#### SUPPLIED MATERIAL

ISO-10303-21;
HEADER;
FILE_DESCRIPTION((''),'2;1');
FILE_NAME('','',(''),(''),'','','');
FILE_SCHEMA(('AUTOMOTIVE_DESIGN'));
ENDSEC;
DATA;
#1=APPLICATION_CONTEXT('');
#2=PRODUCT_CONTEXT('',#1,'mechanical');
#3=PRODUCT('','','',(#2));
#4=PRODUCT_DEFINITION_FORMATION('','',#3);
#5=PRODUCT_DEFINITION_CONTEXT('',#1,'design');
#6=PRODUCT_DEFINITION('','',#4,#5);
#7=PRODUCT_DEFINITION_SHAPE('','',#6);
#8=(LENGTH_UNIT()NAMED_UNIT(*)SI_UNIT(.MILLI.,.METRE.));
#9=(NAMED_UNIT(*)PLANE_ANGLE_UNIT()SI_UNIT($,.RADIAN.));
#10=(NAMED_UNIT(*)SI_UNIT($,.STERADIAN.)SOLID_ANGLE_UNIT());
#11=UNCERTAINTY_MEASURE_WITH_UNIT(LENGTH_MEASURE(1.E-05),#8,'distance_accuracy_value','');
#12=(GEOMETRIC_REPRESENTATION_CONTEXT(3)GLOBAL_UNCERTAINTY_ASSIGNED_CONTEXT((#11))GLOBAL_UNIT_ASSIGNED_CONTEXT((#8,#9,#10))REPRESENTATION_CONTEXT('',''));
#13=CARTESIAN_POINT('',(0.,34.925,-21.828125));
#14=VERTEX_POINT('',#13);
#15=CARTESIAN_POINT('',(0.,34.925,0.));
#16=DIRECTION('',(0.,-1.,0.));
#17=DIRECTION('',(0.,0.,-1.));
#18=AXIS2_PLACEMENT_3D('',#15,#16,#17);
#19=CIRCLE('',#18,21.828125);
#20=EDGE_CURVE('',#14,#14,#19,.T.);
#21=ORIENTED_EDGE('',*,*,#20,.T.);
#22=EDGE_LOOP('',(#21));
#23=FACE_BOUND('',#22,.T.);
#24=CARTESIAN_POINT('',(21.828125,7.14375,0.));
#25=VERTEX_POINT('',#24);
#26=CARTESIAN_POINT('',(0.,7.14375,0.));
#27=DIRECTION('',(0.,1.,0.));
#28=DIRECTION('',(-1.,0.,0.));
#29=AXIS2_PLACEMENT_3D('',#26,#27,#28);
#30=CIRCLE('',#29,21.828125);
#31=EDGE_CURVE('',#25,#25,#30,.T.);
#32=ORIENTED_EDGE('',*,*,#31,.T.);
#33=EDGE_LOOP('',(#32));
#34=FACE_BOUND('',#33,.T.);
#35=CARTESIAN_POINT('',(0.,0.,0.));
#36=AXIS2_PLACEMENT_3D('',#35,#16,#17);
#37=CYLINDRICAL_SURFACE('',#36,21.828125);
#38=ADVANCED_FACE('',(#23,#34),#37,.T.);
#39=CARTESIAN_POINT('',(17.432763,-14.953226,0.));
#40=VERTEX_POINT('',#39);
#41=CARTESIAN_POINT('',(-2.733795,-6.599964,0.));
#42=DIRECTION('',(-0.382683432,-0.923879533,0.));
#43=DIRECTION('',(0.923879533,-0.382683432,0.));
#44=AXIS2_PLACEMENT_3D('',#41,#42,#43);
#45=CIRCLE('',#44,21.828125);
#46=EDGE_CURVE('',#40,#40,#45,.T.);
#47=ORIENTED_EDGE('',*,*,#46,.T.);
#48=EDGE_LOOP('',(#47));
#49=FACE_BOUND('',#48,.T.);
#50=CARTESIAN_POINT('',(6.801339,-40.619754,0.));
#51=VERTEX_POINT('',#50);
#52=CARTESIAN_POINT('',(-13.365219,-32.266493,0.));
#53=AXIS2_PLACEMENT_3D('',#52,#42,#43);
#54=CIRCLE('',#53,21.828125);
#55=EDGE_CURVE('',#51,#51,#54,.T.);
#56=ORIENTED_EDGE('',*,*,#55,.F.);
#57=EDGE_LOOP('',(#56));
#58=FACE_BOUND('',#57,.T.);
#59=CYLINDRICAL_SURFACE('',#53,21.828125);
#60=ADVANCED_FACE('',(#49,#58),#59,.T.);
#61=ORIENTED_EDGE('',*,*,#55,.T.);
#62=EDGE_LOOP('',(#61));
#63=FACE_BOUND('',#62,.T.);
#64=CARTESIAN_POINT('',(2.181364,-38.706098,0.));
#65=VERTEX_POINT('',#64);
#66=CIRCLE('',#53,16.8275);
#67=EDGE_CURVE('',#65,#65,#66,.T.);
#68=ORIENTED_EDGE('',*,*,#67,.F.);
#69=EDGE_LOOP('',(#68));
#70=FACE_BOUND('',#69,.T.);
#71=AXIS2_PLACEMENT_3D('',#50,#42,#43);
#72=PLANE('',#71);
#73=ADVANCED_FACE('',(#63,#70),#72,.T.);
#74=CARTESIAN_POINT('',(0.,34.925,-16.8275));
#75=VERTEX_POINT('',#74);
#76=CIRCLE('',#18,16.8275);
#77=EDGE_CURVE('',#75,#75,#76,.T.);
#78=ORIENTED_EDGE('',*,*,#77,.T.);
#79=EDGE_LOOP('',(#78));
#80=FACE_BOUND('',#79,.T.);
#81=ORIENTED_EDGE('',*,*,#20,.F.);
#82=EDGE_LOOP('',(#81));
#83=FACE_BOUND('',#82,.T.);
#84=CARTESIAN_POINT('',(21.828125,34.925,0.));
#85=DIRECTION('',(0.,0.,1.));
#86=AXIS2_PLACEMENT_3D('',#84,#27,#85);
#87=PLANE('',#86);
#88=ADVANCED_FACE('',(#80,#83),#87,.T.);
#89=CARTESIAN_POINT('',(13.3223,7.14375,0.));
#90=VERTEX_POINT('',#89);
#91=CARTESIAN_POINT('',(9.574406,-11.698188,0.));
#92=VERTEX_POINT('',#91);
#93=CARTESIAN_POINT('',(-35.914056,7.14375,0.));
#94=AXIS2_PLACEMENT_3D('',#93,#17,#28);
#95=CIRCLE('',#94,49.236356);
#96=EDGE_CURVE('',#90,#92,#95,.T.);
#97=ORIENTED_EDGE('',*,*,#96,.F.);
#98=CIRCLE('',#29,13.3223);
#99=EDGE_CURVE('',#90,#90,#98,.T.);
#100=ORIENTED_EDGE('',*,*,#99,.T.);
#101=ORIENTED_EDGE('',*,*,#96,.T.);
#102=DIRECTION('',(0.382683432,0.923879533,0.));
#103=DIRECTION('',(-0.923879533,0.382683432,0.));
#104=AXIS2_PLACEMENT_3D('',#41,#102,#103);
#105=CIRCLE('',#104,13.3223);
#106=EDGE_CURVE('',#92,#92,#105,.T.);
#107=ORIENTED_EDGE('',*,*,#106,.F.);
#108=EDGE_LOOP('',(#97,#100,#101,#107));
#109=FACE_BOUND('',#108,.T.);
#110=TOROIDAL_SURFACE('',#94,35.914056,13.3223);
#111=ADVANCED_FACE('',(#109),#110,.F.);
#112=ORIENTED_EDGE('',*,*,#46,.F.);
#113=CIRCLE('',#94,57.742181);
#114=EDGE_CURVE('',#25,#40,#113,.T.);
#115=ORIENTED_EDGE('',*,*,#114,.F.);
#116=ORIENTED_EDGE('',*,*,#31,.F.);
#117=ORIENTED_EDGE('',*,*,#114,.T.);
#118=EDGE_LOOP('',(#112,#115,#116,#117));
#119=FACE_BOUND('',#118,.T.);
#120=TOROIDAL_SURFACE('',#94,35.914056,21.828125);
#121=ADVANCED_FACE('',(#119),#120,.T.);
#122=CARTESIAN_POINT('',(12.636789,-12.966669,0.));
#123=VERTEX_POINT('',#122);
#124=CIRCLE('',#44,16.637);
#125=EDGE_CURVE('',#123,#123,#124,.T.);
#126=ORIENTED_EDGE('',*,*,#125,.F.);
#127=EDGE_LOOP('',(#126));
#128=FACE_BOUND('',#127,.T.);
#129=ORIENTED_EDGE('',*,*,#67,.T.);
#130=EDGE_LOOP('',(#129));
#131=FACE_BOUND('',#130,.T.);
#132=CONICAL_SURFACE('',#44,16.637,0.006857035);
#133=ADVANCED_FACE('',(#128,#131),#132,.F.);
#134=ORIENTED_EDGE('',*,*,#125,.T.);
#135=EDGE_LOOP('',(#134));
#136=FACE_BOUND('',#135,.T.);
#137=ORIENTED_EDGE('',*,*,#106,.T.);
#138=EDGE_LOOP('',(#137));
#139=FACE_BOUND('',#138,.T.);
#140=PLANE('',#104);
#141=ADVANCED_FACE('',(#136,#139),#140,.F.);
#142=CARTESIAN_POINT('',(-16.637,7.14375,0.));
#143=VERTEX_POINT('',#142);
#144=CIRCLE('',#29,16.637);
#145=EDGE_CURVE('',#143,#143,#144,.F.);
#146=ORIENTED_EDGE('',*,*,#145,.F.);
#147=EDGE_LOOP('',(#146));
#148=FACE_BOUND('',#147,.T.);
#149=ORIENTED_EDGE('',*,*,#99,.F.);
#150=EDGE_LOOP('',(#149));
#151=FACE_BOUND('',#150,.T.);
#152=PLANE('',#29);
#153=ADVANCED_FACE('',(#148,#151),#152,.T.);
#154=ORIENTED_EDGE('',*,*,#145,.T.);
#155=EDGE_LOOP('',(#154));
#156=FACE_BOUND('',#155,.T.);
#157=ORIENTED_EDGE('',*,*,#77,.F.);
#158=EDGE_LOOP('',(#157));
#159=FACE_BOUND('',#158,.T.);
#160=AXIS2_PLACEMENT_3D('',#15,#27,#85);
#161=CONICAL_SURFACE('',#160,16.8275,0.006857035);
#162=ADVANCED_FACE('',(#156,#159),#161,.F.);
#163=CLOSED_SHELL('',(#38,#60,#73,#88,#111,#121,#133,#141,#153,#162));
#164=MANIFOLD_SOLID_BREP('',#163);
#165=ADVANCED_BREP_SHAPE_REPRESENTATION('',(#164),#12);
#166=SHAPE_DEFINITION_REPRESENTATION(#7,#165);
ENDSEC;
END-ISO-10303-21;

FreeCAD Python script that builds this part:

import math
import FreeCAD as App
import Part
import Sketcher
from FreeCAD import Vector
Q = App.Units.Quantity


def add_polygon(sketch, points):
    """Adds a closed chain of lines whose ends are joined by coincident constraints."""
    first, n = sketch.GeometryCount, len(points)
    for a, b in zip(points, points[1:] + points[:1]):
        sketch.addGeometry(Part.LineSegment(App.Vector(*a, 0), App.Vector(*b, 0)), False)
    for i in range(n):
        sketch.addConstraint(Sketcher.Constraint("Coincident", first + i, 2, first + (i + 1) % n, 1))

doc = App.newDocument("Part")
body = doc.addObject("PartDesign::Body", "Body")

# Sketch on XY plane
sketch1 = doc.addObject("Sketcher::SketchObject", "Sketch")
body.addObject(sketch1)
sketch1.AttachmentSupport = (doc.XY_Plane, [""])
sketch1.MapMode = "FlatFace"
add_polygon(sketch1, [(7, -41), (17, -15), (13, -13), (2, -39)])  # lines 0-3
sketch1.addGeometry(Part.LineSegment(Vector(-13, -32, 0), Vector(-3, -7, 0)), True)  # axis
sketch1.addConstraint(Sketcher.Constraint("Perpendicular", 0, 1))
sketch1.addConstraint(Sketcher.Constraint("Parallel", 1, 3))
sketch1.addConstraint(Sketcher.Constraint("Perpendicular", 3, 4))
sketch1.addConstraint(Sketcher.Constraint("Equal", 0, 4))
sketch1.addConstraint(Sketcher.Constraint("Angle", 0, Q("67.5 deg")))
sketch1.addConstraint(Sketcher.Constraint("Distance", 0, Q("1.09375 in")))
sketch1.addConstraint(Sketcher.Constraint("DistanceY", 2, 2, -1, 1, Q("38.706098 mm")))
sketch1.addConstraint(Sketcher.Constraint("DistanceX", 2, 2, 0, 2, Q("15.251399 mm")))
sketch1.addConstraint(Sketcher.Constraint("DistanceX", -1, 1, 1, 2, Q("12.636789 mm")))
sketch1.addConstraint(Sketcher.Constraint("DistanceY", 1, 2, -1, 1, Q("12.966669 mm")))
sketch1.addConstraint(Sketcher.Constraint("DistanceX", 4, 1, -1, 1, Q("13.365219 mm")))
sketch1.addConstraint(Sketcher.Constraint("DistanceY", 3, 2, 4, 1, Q("8.353262 mm")))
revolution = doc.addObject("PartDesign::Revolution", "Revolution")
body.addObject(revolution)
revolution.Profile = sketch1
revolution.ReferenceAxis = (sketch1, ["Axis0"])
revolution.Angle = 360
body2 = doc.addObject("PartDesign::Body", "Body001")

# Sketch on XY plane
sketch2 = doc.addObject("Sketcher::SketchObject", "Sketch001")
body2.addObject(sketch2)
sketch2.AttachmentSupport = (doc.getObject("XY_Plane001"), [""])
sketch2.MapMode = "FlatFace"
add_polygon(sketch2, [(17, 35), (17, 7), (22, 7), (22, 35)])  # lines 0-3
sketch2.addConstraint(Sketcher.Constraint("Horizontal", 1))
sketch2.addConstraint(Sketcher.Constraint("Vertical", 2))
sketch2.addConstraint(Sketcher.Constraint("Horizontal", 3))
sketch2.addConstraint(Sketcher.Constraint("DistanceY", 2, 1, 2, 2, Q("1.09375 in")))
sketch2.addConstraint(Sketcher.Constraint("DistanceX", -1, 1, 0, 2, Q("0.655 in")))
sketch2.addConstraint(Sketcher.Constraint("DistanceY", -1, 1, 0, 2, Q("0.28125 in")))
sketch2.addConstraint(Sketcher.Constraint("DistanceX", -1, 1, 1, 2, Q("0.859375 in")))
sketch2.addConstraint(Sketcher.Constraint("DistanceX", -1, 1, 3, 2, Q("0.6625 in")))
revolution2 = doc.addObject("PartDesign::Revolution", "Revolution001")
body2.addObject(revolution2)
revolution2.Profile = sketch2
revolution2.ReferenceAxis = (sketch2, ["V_Axis"])
revolution2.Angle = 360
body.AllowCompound = True
doc.recompute()

boolean = doc.addObject("PartDesign::Boolean", "Boolean")
body.addObject(boolean)
boolean.Type = "Fuse"
boolean.addObjects([body2])

# Sketch on an angled plane
sketch3 = doc.addObject("Sketcher::SketchObject", "Sketch002")
body.addObject(sketch3)
sketch3.Placement = App.Placement(Vector(-2.733795, -6.599964, 0), App.Rotation(Vector(0, 0, -1), Vector(-0.923879533, 0.382683432, 0), Vector(0.382683432, 0.923879533, 0), "ZXY"))
sketch3.addGeometry(Part.Circle(Vector(0, 0, 0), Vector(0, 0, 1), 22), False)
sketch3.addGeometry(Part.Circle(Vector(0, 0, 0), Vector(0, 0, 1), 13), False)
sketch3.addConstraint(Sketcher.Constraint("Coincident", 0, 3, -1, 1))
sketch3.addConstraint(Sketcher.Constraint("Coincident", 1, 3, -1, 1))
sketch3.addConstraint(Sketcher.Constraint("Diameter", 0, Q("1.71875 in")))
sketch3.addConstraint(Sketcher.Constraint("Diameter", 1, Q("1.049 in")))

# Sketch on XY plane
sketch4 = doc.addObject("Sketcher::SketchObject", "Sketch003")
body.addObject(sketch4)
sketch4.AttachmentSupport = (doc.XY_Plane, [""])
sketch4.MapMode = "FlatFace"
sketch4.addGeometry(Part.ArcOfCircle(Part.Circle(Vector(-36, 7, 0), Vector(0, 0, 1), 36), math.radians(-23), math.radians(0)), False)
sketch4.addConstraint(Sketcher.Constraint("PointOnObject", 0, 2, -2))
sketch4.addConstraint(Sketcher.Constraint("DistanceY", -1, 1, 0, 3, Q("0.28125 in")))
sketch4.addConstraint(Sketcher.Constraint("DistanceY", -1, 1, 0, 2, Q("0.28125 in")))
sketch4.addConstraint(Sketcher.Constraint("Radius", 0, Q("35.914056 mm")))
sketch4.addConstraint(Sketcher.Constraint("DistanceX", 0, 3, 0, 1, Q("33.180262 mm")))
doc.recompute()

additivepipe = doc.addObject("PartDesign::AdditivePipe", "AdditivePipe")
body.addObject(additivepipe)
additivepipe.Profile = sketch3
additivepipe.Spine = (sketch4, ["Edge1"])

doc.recompute()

########

- DESCRIPTION OF THE TASK -
Look above for the line with "#162=ADVANCED_FACE('',(#156,#159),#161,.F.);" and the line with "FreeCAD Python script". Write out those two lines and all the lines between them, exactly, and no others.

- ANSWER BOX -
#162=ADVANCED_FACE('',(#156,#159),#161,.F.);
#163=CLOSED_SHELL('',(#38,#60,#73,#88,#111,#121,#133,#141,#153,#162));
#164=MANIFOLD_SOLID_BREP('',#163);
#165=ADVANCED_BREP_SHAPE_REPRESENTATION('',(#164),#12);
#166=SHAPE_DEFINITION_REPRESENTATION(#7,#165);
ENDSEC;
END-ISO-10303-21;

FreeCAD Python script that builds this part:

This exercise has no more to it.